Existem alguns tipos de tonturas que estão relacionadas a labirintite, são elas:

labirintite

Vertigem paroxística benigna

Provavelmente o tipo de tontura mais comum, consiste na desordem dos arranjos de cristais presentes na cavidade auditiva, que são responsáveis pela orientação da posição em nossa cabeça. Quando desordenados, os cristais causam tontura, isso pode ocorrer devido à traumatismos cranianos ou por alterações metabólicas causadas pela hipertensão ou diabetes.

Migrânea vestibular

Se manifesta comumente em pessoas que sofrem de enxaqueca.

Síndrome de Ménière

Essa síndrome apresenta-se devido às alterações metabólicas no organismo, causados por algumas doenças, ou devidos aos maus hábitos alimentares, especialmente a ingestão excessiva de açúcar.

Causas

Ainda não é possível se ter total clareza acerca das causas da labirintite, porém, os casos apontam que infecções e inflamações estão intimamente ligados com os principais casos da doença, como o resfriado por exemplo. Outros fatores mais raros também podem estar ligados a doença, como tumores, doenças neurológicas, compressões mecânicas, alterações genéticas, alergias ou o uso inadequado de medicamentos que podem contribuir para a degradação da saúde do ouvido.

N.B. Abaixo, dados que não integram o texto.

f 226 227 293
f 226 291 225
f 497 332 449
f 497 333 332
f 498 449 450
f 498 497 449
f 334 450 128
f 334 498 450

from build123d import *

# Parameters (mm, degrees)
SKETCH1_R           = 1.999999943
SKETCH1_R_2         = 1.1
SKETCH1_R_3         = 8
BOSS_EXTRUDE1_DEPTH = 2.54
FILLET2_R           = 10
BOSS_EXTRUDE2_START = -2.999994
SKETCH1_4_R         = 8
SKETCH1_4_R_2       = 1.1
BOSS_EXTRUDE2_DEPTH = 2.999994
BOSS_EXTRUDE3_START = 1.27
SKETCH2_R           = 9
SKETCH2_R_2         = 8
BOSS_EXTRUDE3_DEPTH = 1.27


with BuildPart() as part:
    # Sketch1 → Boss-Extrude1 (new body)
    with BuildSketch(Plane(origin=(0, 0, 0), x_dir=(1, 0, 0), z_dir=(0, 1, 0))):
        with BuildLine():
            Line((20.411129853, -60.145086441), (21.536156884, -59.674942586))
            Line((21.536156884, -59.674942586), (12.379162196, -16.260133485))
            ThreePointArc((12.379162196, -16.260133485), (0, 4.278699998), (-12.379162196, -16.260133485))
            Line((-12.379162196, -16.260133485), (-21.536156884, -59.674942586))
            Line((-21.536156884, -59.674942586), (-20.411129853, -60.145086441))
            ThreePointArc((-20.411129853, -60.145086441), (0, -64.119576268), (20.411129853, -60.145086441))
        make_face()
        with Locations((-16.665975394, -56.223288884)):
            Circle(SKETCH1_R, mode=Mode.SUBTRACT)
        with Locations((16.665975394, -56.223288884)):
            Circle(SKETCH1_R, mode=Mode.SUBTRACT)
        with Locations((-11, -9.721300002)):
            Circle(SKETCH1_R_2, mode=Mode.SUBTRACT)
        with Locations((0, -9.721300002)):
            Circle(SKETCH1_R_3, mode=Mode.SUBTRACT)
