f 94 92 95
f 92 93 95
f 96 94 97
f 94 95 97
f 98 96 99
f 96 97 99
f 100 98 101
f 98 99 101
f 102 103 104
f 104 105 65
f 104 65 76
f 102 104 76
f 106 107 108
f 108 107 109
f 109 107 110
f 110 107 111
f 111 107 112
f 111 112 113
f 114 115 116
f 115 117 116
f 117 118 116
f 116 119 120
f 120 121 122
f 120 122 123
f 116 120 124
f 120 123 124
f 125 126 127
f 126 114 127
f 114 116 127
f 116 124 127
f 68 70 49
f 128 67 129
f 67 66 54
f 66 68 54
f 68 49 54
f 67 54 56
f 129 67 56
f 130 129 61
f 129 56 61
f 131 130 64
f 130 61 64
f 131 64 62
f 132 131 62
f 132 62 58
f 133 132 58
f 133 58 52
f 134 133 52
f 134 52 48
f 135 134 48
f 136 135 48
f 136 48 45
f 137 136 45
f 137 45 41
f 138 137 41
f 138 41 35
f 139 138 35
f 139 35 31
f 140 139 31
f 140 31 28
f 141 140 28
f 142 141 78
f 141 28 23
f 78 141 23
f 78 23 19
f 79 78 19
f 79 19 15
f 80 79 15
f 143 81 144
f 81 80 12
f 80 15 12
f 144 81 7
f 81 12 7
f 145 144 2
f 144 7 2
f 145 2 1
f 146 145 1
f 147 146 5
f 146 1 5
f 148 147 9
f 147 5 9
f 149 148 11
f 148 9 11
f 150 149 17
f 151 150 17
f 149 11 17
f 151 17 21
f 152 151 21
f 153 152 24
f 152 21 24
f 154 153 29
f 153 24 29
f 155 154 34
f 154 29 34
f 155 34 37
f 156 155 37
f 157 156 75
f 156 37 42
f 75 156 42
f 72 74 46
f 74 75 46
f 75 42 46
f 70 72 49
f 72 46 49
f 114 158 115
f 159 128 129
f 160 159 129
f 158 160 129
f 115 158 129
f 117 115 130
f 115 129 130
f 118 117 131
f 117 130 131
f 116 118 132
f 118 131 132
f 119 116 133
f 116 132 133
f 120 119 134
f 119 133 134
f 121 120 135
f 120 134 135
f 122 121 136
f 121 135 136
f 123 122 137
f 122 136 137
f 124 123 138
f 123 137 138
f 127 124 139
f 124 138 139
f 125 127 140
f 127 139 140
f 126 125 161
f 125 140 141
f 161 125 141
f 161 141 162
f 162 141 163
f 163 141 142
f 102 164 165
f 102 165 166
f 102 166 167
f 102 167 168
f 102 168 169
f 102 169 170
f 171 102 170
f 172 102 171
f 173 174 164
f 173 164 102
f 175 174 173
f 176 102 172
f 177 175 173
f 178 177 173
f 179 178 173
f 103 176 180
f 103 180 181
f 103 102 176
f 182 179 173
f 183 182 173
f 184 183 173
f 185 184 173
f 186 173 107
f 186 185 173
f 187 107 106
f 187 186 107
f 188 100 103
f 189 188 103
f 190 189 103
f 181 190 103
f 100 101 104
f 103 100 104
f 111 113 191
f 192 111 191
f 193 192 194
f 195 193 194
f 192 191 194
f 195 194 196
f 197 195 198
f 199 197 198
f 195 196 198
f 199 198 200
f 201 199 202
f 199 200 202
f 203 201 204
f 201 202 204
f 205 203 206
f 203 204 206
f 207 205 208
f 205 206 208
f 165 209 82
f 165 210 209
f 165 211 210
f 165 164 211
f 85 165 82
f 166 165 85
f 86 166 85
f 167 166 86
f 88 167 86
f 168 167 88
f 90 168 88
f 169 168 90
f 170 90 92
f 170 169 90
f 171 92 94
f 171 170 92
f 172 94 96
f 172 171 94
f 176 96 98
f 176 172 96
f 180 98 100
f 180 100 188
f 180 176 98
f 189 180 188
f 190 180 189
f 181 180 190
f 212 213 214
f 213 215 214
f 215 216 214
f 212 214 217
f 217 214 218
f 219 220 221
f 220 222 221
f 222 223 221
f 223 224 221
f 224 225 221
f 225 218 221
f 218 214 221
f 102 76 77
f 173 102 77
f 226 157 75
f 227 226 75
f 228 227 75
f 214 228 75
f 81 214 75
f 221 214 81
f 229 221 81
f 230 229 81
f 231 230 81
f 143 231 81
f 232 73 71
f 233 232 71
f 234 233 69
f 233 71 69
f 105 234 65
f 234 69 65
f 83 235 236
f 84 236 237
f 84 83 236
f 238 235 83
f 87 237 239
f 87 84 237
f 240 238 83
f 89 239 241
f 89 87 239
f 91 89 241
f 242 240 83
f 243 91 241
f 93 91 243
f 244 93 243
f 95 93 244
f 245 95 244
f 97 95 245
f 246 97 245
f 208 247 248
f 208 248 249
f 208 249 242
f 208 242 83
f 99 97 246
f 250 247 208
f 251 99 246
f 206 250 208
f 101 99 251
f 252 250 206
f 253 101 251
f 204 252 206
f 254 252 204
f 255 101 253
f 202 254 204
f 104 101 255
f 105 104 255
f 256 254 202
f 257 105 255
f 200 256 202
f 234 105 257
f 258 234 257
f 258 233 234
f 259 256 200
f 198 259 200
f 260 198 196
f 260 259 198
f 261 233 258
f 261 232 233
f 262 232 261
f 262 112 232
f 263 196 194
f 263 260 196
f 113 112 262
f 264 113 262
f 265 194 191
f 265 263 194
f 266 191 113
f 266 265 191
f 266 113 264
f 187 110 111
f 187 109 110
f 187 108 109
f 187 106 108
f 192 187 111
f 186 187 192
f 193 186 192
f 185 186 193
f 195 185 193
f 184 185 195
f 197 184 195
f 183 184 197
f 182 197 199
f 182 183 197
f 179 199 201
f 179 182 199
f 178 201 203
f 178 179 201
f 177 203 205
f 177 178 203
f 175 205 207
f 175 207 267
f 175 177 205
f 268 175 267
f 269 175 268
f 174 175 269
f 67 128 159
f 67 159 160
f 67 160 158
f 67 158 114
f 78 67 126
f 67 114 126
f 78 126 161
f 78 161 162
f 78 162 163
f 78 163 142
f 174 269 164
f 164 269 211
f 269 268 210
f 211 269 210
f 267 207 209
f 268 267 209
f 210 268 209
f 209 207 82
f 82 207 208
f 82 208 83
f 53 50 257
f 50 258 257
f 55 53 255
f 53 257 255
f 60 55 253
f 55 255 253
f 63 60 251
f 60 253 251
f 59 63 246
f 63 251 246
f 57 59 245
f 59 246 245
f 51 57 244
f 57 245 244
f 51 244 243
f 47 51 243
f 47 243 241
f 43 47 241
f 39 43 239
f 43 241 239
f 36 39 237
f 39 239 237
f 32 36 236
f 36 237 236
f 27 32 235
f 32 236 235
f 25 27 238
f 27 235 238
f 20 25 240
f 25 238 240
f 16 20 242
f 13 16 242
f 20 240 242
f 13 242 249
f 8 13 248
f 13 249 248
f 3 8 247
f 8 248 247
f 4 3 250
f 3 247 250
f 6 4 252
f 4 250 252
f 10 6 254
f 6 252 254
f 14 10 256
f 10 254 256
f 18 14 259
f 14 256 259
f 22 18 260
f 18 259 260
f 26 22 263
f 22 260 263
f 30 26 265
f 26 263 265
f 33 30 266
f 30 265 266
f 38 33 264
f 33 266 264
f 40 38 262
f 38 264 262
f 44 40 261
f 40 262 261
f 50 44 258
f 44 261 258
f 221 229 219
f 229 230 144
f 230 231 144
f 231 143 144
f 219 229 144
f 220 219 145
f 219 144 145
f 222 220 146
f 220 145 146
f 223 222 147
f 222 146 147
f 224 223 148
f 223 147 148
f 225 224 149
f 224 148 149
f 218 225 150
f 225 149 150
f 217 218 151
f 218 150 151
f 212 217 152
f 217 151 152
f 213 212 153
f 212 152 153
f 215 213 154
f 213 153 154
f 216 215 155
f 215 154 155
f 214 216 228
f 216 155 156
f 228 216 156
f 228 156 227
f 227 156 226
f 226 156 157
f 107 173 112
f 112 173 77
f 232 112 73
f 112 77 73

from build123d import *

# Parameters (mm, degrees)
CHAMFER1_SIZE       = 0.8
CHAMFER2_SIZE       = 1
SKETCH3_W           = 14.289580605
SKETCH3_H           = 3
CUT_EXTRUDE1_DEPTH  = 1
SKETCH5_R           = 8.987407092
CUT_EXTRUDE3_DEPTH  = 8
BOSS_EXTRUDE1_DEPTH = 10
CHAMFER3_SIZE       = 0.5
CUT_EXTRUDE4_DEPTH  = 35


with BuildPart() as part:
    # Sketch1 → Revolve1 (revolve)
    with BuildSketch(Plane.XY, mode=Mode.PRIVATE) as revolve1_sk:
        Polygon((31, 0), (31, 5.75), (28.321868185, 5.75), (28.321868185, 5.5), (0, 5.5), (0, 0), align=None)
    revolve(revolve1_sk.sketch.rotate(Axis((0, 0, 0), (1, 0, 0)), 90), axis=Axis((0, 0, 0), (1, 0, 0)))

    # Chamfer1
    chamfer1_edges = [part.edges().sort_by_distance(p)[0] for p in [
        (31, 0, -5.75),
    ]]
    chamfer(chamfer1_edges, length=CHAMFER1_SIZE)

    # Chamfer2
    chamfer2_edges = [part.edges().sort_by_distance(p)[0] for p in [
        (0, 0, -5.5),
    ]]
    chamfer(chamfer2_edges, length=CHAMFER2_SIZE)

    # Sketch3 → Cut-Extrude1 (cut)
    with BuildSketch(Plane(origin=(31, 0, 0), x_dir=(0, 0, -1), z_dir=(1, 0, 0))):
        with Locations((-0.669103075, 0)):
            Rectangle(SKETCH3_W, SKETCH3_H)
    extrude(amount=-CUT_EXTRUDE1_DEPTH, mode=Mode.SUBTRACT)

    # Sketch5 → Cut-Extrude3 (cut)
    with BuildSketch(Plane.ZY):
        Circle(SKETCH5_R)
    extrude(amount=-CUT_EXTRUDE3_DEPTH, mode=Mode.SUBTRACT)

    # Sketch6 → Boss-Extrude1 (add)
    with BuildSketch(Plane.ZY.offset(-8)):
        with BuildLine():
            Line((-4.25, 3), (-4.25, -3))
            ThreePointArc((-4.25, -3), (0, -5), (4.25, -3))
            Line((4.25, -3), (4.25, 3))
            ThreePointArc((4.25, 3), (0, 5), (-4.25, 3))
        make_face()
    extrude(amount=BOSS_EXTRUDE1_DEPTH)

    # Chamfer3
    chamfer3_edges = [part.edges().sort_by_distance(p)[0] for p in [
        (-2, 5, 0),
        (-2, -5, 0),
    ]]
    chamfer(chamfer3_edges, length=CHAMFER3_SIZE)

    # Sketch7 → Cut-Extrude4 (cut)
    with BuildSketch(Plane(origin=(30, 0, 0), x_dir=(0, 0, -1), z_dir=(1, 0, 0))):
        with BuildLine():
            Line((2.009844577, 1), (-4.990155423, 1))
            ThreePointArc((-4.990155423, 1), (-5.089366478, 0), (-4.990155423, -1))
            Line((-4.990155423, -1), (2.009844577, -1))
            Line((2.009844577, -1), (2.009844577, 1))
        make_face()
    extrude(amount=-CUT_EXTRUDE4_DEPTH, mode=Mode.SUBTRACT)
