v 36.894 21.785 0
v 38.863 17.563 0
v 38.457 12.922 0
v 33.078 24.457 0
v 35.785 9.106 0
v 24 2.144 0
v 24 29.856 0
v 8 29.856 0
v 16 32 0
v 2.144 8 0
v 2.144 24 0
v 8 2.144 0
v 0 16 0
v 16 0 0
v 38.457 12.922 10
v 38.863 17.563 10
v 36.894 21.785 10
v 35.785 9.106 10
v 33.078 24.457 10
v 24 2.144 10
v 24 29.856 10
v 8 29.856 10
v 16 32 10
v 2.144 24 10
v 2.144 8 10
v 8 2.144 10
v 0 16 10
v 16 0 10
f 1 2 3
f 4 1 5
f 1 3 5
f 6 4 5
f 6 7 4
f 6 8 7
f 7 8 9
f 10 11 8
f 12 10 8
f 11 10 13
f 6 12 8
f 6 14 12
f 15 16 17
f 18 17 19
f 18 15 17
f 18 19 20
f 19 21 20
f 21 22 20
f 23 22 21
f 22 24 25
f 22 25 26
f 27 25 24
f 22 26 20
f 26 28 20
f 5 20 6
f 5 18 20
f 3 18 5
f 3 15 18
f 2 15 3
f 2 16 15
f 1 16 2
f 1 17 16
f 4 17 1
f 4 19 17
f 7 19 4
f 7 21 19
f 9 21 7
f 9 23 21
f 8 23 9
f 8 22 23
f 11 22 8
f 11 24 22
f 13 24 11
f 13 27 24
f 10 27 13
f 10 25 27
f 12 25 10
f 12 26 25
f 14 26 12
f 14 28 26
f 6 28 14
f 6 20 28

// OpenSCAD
$fn = 32;

// ----------------------------------------------------------------------
// Eccentric disc: step, 10 mm thick
// ----------------------------------------------------------------------

// --- parameters (mm) ---
profile_height = 10;      // extrusion height
profile_points = 14;      // points of the closed outline

profile = [[0, 16], [2.144, 8], [8, 2.144], [16, 0], [24, 2.144], [35.785, 9.106], [38.457, 12.922], [38.863, 17.563], [36.894, 21.785], [33.078, 24.457], [24, 29.856], [16, 32], [8, 29.856], [2.144, 24]];  // single closed polygon, 14 points, counter clockwise

// --- the one profile operation ---
linear_extrude(height = profile_height) polygon(points = profile);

As causas da labirintite podem ser divididas em três tipos, são eles:

  • Virais: provenientes de vírus que entram em contato com o organismo através da boca, nariz ou vias respiratórias;
  • Bacterianas: quando a bactérias invadem o labirinto da cavidade auditiva, muitas vezes podendo ser causado pela meningite;
  • Emocionais: causado pelo estresse.

Fatores de risco

No tocante a labirintite, alguns fatores podem contribuir para o seu surgimento, alguns deles são:

  • Ter idade superior a 40
  • Hipoglicemia
  • Colesterol alto
  • Hipertensão
  • Diabetes
  • Triglicérides
  • Otite
  • Consumo exagerado de álcool
  • Tabagismo
  • Consumo exagerado de açúcar
  • Má alimentação
  • Jejum prolongado

Sintomas da labirintite

O sintoma mais comum, e também o principal, se chama vertigem, que se ocorre quando se tem a sensação que tudo seu redor está girando. Junto à vertigem, podem vir outros sintomas, confira:

  • Tontura
  • Náuseas
  • Vômito
  • Sudorese
  • Alterações
  • Perda de audição
  • Desequilíbrio
  • Zumbidos no ouvido
  • Audição diminuída
  • Queda de cabelo

Em sua fase aguda, a doença costumar manifestar – se de maneira repentina, podendo ter duração de minutos ou horas, tudo vai depender da intensidade da crise. Em casos de gripe ou resfriado, os sintomas da doença costumas aparecer um ou duas semanas depois.

Na consulta médica

É importante você procuração o profissional adequado para o seu problema, no caso da labirintite, os especialistas que podem te ajudar são:

  • Clínico geral

Diagnóstico da labirintite

O profissional irá realizar algumas perguntas para você acerca dos sintomas sentidos, porém na grande maioria dos casos isso não é possível diagnosticar a doença. Dessa forma, o médico necessitará de exames físicos e neurológicos para ter um diagnóstico mais assertivo da doença. Em casos mais específicos, pode-se suspeitar de que outras doenças possam estar causando os sintomas da labirintite, nesses casos exames mais específicos para sanar a dúvida.

Exames

Como dito anteriormente, em casos específicos é possível que o médico desconfie da presença de outras doenças no organismo, que podem estar causando os sintomas da labirintite. Alguns desses exames para identificar outras doenças são:

  • Eletrocardiograma;
  • Eletronistagmografia;
  • Tomografia da cabeça;
  • Exames de audição;
  • Ressonância magnética da cabeça;
  • Estímulo de calor para testar os reflexos dos olhos.

Tratamento de labirintite

Nos casos mais comuns da doença, os sintomas desaparecem sozinhos em um curto período de tempo, ou pode demorar até algumas semanas para isso. Em casos mais específicos, como a labirintite causada por infecção bacteriana, será necessário a ingestão de antibióticos. Lembrando que os medicamento só devem ser ingeridos após prescrição médica.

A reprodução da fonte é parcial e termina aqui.